EXERCISE GOAL>
Every line from the one with "#105=EDGE_LOOP('',(#104));" to the one with "#118=EDGE_CURVE('',#74,#115,#117,.T.);", including those two, is to be copied exactly; all other lines of the entries below are left out.

┌──

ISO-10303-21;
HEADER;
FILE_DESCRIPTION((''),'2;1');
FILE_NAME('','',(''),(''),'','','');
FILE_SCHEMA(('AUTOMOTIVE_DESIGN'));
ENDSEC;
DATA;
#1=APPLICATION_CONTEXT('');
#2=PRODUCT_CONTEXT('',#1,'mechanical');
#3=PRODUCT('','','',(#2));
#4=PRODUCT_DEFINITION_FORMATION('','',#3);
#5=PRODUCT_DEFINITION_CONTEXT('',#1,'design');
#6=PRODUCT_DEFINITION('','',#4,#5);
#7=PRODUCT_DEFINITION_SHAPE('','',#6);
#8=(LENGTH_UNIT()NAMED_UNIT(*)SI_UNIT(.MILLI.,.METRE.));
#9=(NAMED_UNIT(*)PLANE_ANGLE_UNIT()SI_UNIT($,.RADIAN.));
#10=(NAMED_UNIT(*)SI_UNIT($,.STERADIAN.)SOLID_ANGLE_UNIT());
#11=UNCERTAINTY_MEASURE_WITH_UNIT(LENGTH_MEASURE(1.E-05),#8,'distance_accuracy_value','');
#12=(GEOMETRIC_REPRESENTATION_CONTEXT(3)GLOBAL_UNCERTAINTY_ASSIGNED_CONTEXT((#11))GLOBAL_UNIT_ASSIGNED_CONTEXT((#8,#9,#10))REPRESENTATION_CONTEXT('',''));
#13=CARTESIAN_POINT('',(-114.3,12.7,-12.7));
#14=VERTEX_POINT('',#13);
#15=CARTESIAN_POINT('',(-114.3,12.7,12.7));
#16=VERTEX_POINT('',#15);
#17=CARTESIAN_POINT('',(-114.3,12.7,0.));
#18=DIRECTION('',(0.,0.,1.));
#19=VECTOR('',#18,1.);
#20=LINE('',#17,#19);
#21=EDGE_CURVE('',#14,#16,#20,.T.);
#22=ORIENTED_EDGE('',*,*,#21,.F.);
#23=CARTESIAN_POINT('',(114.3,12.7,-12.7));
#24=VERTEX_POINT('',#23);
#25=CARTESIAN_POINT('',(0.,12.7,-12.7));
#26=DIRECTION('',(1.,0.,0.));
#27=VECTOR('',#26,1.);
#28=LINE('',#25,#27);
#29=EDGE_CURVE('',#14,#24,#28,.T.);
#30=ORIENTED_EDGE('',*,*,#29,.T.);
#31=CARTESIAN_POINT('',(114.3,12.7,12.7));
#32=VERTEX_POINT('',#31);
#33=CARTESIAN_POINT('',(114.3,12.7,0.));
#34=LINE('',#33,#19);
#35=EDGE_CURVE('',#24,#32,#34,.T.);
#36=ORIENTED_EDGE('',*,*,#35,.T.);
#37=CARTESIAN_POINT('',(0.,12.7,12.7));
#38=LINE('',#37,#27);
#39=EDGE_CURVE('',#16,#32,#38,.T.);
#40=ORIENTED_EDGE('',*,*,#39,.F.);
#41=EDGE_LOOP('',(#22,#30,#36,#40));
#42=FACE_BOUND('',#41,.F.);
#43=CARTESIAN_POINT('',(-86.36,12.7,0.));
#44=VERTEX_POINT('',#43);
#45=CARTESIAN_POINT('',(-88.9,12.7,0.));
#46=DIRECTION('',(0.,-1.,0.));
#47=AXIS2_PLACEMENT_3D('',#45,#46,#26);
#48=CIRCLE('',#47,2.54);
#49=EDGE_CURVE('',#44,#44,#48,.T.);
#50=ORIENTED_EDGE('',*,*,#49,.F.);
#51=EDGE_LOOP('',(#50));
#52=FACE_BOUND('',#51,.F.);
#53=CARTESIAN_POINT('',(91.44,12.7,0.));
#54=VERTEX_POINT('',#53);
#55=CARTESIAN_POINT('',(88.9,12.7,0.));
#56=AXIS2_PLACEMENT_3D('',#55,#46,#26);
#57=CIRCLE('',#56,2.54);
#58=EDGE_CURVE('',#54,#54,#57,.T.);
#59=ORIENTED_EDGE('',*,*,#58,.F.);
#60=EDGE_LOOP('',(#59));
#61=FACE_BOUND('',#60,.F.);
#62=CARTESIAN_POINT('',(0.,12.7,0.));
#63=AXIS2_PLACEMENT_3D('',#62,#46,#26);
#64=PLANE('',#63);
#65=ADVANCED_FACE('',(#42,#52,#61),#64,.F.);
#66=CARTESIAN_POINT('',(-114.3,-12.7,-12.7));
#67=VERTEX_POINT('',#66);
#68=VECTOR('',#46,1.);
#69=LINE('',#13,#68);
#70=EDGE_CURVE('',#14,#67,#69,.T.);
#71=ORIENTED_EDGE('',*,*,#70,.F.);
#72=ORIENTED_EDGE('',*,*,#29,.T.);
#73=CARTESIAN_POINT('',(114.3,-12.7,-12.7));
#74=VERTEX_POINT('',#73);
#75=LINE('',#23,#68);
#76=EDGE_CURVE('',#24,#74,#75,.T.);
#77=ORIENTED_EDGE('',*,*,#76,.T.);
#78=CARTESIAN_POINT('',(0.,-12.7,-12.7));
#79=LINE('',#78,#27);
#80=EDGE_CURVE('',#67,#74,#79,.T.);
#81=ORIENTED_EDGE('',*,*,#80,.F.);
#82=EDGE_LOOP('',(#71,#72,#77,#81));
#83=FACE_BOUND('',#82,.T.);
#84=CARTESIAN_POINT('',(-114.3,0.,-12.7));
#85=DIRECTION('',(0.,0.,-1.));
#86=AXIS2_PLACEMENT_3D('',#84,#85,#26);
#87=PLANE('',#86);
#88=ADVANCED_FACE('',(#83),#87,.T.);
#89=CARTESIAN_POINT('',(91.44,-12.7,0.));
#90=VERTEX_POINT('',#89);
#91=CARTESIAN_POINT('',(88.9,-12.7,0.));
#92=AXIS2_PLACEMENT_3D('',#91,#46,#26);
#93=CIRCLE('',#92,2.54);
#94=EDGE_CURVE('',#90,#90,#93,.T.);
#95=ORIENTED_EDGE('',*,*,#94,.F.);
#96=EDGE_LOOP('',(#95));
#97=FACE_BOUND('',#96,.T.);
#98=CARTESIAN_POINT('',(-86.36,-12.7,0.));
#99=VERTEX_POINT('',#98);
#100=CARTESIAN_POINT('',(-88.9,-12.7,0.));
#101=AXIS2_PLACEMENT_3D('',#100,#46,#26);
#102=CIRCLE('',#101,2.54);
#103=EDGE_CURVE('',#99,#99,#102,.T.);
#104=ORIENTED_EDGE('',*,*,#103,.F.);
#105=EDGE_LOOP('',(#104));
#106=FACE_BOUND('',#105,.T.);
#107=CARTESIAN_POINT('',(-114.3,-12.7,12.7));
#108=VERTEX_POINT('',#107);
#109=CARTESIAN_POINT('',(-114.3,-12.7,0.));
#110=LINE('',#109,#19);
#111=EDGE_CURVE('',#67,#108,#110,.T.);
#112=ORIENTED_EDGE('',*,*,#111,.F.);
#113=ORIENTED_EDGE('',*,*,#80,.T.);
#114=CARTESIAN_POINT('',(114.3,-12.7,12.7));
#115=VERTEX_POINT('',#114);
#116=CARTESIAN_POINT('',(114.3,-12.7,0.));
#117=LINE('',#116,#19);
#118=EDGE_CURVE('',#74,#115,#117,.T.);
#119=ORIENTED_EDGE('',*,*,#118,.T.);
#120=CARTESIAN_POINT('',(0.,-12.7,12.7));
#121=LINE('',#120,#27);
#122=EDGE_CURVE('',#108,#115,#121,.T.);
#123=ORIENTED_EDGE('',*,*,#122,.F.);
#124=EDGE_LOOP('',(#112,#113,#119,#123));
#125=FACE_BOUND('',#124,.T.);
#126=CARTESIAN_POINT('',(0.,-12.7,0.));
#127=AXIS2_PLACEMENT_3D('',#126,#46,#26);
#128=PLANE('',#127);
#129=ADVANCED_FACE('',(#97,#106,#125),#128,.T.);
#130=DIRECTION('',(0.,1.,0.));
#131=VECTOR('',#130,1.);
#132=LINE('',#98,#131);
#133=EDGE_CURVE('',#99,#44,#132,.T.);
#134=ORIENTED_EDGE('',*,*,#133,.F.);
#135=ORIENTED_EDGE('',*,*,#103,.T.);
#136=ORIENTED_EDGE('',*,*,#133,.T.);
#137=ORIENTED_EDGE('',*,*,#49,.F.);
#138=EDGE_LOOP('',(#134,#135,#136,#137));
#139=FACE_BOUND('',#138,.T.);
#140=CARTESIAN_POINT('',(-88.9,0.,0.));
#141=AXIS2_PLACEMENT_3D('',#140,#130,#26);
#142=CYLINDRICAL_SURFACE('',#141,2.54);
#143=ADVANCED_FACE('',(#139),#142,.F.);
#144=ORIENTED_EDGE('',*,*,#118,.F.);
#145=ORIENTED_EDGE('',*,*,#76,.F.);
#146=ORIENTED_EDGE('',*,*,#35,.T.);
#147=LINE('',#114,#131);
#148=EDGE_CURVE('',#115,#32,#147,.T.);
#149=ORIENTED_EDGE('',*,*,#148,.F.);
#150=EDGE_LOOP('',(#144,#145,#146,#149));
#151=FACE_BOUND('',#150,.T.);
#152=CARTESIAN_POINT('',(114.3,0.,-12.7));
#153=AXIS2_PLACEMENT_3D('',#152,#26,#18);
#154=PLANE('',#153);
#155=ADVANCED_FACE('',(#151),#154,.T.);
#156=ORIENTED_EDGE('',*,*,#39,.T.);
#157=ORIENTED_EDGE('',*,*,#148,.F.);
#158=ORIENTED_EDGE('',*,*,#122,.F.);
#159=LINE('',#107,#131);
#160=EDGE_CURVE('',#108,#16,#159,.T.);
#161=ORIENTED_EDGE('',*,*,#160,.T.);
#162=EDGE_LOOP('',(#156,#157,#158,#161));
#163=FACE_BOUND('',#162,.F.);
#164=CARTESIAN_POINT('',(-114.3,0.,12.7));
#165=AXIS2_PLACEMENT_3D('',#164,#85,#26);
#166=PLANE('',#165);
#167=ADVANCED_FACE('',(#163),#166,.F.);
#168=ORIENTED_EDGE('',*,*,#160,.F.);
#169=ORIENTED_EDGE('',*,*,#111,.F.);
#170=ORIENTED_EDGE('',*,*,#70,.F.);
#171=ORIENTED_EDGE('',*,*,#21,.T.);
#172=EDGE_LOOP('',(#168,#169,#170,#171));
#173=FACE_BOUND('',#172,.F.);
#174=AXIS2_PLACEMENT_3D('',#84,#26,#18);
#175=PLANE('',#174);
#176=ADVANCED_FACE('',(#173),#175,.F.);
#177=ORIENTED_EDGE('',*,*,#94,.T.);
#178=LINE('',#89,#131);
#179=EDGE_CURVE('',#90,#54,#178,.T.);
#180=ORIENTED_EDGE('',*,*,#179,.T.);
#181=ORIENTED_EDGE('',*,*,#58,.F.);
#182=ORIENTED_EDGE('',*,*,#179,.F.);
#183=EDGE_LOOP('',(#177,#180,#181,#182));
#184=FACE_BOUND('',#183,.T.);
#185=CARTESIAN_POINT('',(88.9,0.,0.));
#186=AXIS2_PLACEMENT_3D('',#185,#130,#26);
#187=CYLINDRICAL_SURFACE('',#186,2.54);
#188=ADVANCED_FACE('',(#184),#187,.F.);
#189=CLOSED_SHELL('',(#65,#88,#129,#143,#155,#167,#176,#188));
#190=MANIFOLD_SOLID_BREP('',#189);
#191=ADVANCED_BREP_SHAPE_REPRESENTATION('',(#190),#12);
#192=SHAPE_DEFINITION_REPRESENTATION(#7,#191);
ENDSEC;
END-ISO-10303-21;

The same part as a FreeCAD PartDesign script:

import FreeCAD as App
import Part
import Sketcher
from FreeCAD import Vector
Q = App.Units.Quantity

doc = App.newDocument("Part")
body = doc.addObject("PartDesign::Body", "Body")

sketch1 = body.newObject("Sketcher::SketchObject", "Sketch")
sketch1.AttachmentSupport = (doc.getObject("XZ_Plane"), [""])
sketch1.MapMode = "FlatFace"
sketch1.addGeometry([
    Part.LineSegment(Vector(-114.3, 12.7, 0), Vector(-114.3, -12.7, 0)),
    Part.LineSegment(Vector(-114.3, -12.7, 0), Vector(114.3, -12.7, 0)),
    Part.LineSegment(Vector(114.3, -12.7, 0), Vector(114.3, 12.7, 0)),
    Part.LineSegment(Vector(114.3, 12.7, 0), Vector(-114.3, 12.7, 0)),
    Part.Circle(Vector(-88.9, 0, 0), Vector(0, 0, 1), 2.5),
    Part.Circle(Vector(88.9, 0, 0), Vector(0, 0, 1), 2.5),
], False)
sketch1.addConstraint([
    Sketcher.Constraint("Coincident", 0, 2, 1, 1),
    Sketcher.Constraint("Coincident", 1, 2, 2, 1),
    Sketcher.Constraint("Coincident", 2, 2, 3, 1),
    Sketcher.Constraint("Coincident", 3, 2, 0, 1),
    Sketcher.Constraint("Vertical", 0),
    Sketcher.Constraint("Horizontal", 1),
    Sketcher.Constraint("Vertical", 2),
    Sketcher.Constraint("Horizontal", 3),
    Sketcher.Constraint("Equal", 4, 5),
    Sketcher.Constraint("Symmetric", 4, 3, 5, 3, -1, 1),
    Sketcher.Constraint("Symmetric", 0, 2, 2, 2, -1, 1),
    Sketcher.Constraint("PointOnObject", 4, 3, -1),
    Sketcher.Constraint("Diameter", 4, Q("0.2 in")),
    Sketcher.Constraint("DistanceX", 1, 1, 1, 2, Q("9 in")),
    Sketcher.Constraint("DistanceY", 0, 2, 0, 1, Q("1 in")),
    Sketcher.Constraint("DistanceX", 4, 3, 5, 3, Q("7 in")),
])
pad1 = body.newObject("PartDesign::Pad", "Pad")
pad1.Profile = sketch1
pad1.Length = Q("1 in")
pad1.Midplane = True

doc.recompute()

└──
┌──

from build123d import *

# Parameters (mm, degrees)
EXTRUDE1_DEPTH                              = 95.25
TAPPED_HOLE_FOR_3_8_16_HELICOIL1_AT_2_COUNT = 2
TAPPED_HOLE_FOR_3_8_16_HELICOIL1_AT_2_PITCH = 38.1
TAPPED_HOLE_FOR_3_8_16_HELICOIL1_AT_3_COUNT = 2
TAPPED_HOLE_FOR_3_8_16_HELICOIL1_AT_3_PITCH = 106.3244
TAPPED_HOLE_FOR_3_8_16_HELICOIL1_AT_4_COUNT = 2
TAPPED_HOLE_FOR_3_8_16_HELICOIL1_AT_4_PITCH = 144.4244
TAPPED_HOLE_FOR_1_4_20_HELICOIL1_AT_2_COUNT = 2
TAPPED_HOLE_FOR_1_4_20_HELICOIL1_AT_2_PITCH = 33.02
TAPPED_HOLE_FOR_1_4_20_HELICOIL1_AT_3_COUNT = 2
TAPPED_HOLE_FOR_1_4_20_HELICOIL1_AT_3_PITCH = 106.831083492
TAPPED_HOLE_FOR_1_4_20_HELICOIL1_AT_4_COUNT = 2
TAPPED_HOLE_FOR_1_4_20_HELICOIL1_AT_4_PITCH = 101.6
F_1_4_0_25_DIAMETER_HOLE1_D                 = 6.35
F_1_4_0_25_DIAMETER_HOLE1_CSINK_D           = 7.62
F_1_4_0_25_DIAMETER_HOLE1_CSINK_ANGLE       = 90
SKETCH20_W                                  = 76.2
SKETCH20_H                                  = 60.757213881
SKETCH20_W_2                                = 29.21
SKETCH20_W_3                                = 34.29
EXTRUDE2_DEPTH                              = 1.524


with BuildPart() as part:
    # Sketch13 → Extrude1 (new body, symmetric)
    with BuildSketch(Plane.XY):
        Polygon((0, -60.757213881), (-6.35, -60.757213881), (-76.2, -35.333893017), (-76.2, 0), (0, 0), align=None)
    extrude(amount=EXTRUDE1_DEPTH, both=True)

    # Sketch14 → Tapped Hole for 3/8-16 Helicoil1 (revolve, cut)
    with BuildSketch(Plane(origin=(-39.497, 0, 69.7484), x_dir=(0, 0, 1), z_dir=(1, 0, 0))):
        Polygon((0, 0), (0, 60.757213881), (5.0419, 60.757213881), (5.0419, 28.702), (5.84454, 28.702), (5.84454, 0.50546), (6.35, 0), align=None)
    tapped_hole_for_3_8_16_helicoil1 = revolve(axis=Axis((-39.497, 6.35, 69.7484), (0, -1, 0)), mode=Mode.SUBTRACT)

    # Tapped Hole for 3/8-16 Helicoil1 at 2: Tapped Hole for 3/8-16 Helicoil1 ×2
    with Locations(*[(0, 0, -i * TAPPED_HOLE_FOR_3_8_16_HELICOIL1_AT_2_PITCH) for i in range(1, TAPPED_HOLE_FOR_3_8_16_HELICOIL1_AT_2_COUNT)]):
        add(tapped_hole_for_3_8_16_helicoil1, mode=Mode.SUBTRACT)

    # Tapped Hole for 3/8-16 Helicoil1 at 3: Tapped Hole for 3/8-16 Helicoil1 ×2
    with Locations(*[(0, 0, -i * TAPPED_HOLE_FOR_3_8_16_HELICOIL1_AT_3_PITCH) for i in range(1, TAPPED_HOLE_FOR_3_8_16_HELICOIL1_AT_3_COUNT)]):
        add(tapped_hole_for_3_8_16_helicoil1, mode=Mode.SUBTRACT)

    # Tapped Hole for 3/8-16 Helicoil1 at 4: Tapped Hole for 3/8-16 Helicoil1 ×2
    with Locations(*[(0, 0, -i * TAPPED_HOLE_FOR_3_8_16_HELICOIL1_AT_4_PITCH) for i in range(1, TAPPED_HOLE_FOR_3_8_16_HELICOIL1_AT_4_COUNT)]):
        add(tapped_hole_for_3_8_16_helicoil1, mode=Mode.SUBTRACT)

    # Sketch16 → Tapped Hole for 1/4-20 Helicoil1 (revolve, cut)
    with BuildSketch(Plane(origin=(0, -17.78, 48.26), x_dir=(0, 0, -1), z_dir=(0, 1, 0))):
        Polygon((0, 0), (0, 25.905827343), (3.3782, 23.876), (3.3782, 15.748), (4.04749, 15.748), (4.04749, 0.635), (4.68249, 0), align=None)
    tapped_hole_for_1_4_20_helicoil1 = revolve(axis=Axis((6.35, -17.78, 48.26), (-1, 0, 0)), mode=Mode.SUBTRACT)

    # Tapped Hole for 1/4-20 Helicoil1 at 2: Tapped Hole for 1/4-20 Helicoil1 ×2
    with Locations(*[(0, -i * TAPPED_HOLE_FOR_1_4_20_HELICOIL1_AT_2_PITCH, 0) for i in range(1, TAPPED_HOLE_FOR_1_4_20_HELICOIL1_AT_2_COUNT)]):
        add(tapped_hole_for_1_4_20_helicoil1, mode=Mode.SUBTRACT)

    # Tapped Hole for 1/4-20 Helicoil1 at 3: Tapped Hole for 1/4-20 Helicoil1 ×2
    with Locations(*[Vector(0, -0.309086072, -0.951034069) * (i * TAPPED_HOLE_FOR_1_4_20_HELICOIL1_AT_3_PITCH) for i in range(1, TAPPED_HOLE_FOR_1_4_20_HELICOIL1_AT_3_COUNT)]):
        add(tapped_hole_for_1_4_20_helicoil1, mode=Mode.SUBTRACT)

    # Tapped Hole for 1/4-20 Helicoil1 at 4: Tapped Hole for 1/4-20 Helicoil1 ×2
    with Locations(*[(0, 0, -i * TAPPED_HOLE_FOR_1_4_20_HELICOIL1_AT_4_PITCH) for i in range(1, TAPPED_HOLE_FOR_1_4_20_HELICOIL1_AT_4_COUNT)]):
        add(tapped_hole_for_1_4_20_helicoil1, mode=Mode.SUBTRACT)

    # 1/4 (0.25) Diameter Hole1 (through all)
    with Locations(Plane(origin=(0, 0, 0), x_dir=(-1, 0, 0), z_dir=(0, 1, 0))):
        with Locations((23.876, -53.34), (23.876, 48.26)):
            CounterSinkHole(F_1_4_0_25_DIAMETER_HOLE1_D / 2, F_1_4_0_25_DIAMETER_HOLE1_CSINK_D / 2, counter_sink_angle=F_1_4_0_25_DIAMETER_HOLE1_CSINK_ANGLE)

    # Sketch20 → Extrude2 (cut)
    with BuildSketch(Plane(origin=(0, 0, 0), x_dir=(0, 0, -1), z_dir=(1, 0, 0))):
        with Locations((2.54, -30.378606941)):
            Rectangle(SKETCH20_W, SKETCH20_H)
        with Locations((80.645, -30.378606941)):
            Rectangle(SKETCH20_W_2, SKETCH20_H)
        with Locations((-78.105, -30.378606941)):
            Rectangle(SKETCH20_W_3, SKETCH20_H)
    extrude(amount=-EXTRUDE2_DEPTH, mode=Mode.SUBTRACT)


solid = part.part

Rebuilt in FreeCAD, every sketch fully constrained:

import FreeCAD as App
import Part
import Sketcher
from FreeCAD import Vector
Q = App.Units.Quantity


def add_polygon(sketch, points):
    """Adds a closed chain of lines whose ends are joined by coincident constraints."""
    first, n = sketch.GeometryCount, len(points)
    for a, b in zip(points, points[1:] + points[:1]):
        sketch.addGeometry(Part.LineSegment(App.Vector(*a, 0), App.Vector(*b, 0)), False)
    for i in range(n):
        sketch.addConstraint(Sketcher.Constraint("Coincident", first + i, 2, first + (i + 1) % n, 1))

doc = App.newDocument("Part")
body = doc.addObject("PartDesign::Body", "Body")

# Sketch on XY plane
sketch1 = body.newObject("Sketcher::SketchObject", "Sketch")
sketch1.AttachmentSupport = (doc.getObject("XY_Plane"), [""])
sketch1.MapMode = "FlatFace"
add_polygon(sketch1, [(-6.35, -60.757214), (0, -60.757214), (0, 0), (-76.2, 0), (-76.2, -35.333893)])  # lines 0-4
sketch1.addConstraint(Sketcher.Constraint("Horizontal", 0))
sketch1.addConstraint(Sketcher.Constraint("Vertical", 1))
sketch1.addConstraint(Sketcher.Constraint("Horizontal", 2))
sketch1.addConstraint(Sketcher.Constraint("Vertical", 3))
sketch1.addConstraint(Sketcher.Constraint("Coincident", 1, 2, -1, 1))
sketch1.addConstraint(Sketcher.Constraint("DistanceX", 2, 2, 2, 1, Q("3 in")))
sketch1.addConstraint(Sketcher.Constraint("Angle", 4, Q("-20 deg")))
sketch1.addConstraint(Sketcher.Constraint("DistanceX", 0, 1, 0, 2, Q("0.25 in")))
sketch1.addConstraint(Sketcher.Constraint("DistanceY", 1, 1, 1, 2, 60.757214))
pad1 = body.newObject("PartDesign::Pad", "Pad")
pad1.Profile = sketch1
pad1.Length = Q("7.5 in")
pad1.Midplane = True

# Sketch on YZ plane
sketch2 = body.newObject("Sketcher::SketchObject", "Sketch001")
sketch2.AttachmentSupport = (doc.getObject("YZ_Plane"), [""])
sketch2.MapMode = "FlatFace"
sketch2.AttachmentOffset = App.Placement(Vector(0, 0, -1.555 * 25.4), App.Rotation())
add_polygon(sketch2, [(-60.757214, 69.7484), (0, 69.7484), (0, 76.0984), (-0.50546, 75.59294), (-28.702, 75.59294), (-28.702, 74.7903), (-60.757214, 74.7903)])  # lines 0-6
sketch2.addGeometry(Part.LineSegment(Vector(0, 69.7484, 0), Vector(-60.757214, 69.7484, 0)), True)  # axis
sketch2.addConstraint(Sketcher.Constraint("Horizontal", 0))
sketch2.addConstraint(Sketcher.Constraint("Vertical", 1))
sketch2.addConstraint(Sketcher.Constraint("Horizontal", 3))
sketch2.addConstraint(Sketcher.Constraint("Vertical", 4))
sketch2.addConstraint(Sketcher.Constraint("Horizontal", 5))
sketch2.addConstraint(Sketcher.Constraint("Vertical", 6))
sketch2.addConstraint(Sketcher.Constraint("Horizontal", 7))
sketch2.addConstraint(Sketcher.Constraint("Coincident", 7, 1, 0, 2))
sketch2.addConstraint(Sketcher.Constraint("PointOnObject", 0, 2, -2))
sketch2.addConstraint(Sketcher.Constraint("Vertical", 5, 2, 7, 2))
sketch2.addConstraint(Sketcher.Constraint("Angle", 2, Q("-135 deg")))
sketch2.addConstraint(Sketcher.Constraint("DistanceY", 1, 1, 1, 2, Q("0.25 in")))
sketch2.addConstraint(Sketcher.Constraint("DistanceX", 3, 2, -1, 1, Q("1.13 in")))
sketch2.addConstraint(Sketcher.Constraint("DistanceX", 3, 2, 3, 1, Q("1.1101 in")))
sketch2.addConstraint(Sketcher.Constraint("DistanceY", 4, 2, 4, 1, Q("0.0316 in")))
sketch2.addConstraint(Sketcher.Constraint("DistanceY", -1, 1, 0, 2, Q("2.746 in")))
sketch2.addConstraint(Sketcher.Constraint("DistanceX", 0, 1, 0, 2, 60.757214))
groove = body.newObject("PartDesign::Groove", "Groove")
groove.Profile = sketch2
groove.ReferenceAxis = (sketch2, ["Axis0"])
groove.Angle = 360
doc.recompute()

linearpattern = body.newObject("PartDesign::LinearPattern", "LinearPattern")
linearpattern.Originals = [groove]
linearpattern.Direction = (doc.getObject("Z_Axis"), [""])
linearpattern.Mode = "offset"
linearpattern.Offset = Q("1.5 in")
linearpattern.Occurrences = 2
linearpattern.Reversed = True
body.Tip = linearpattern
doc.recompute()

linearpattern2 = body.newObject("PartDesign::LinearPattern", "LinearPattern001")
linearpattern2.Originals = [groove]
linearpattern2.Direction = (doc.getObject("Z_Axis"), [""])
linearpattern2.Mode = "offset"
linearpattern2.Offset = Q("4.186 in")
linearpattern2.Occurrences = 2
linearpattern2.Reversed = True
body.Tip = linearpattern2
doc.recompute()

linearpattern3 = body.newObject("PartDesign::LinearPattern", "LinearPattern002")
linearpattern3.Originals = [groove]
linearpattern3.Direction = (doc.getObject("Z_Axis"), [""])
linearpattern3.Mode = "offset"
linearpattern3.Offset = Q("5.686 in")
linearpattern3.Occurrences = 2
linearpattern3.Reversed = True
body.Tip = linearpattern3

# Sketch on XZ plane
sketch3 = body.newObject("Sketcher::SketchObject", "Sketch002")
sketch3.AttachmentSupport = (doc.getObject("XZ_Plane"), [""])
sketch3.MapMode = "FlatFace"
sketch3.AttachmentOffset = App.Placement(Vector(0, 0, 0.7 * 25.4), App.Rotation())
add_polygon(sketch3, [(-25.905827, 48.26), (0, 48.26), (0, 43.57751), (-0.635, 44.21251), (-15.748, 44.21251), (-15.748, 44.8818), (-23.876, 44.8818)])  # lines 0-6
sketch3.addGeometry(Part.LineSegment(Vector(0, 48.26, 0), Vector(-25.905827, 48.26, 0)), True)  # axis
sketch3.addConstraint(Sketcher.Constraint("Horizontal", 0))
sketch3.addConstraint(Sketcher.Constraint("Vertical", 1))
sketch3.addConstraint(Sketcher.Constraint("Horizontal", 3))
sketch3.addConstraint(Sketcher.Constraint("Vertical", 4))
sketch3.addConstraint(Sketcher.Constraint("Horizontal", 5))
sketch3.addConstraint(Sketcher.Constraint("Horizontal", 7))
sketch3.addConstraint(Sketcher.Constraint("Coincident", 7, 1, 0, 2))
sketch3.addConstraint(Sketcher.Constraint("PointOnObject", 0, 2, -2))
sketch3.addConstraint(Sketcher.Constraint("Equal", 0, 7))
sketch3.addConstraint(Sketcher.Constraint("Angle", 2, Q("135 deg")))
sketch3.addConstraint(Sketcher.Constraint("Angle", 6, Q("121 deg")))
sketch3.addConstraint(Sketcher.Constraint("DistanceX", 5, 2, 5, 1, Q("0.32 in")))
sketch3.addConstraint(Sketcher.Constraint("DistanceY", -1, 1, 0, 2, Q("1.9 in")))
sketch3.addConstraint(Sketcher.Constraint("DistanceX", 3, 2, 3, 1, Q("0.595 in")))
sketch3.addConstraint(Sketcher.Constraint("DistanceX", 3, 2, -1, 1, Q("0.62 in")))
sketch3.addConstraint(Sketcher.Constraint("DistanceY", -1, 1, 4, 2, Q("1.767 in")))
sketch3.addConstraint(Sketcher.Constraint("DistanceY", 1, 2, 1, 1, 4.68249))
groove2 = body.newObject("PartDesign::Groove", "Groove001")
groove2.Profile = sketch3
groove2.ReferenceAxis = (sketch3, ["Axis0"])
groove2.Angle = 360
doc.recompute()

└──

EXERCISE RESPONSE>
#105=EDGE_LOOP('',(#104));
#106=FACE_BOUND('',#105,.T.);
#107=CARTESIAN_POINT('',(-114.3,-12.7,12.7));
#108=VERTEX_POINT('',#107);
#109=CARTESIAN_POINT('',(-114.3,-12.7,0.));
#110=LINE('',#109,#19);
#111=EDGE_CURVE('',#67,#108,#110,.T.);
#112=ORIENTED_EDGE('',*,*,#111,.F.);
#113=ORIENTED_EDGE('',*,*,#80,.T.);
#114=CARTESIAN_POINT('',(114.3,-12.7,12.7));
#115=VERTEX_POINT('',#114);
#116=CARTESIAN_POINT('',(114.3,-12.7,0.));
#117=LINE('',#116,#19);
#118=EDGE_CURVE('',#74,#115,#117,.T.);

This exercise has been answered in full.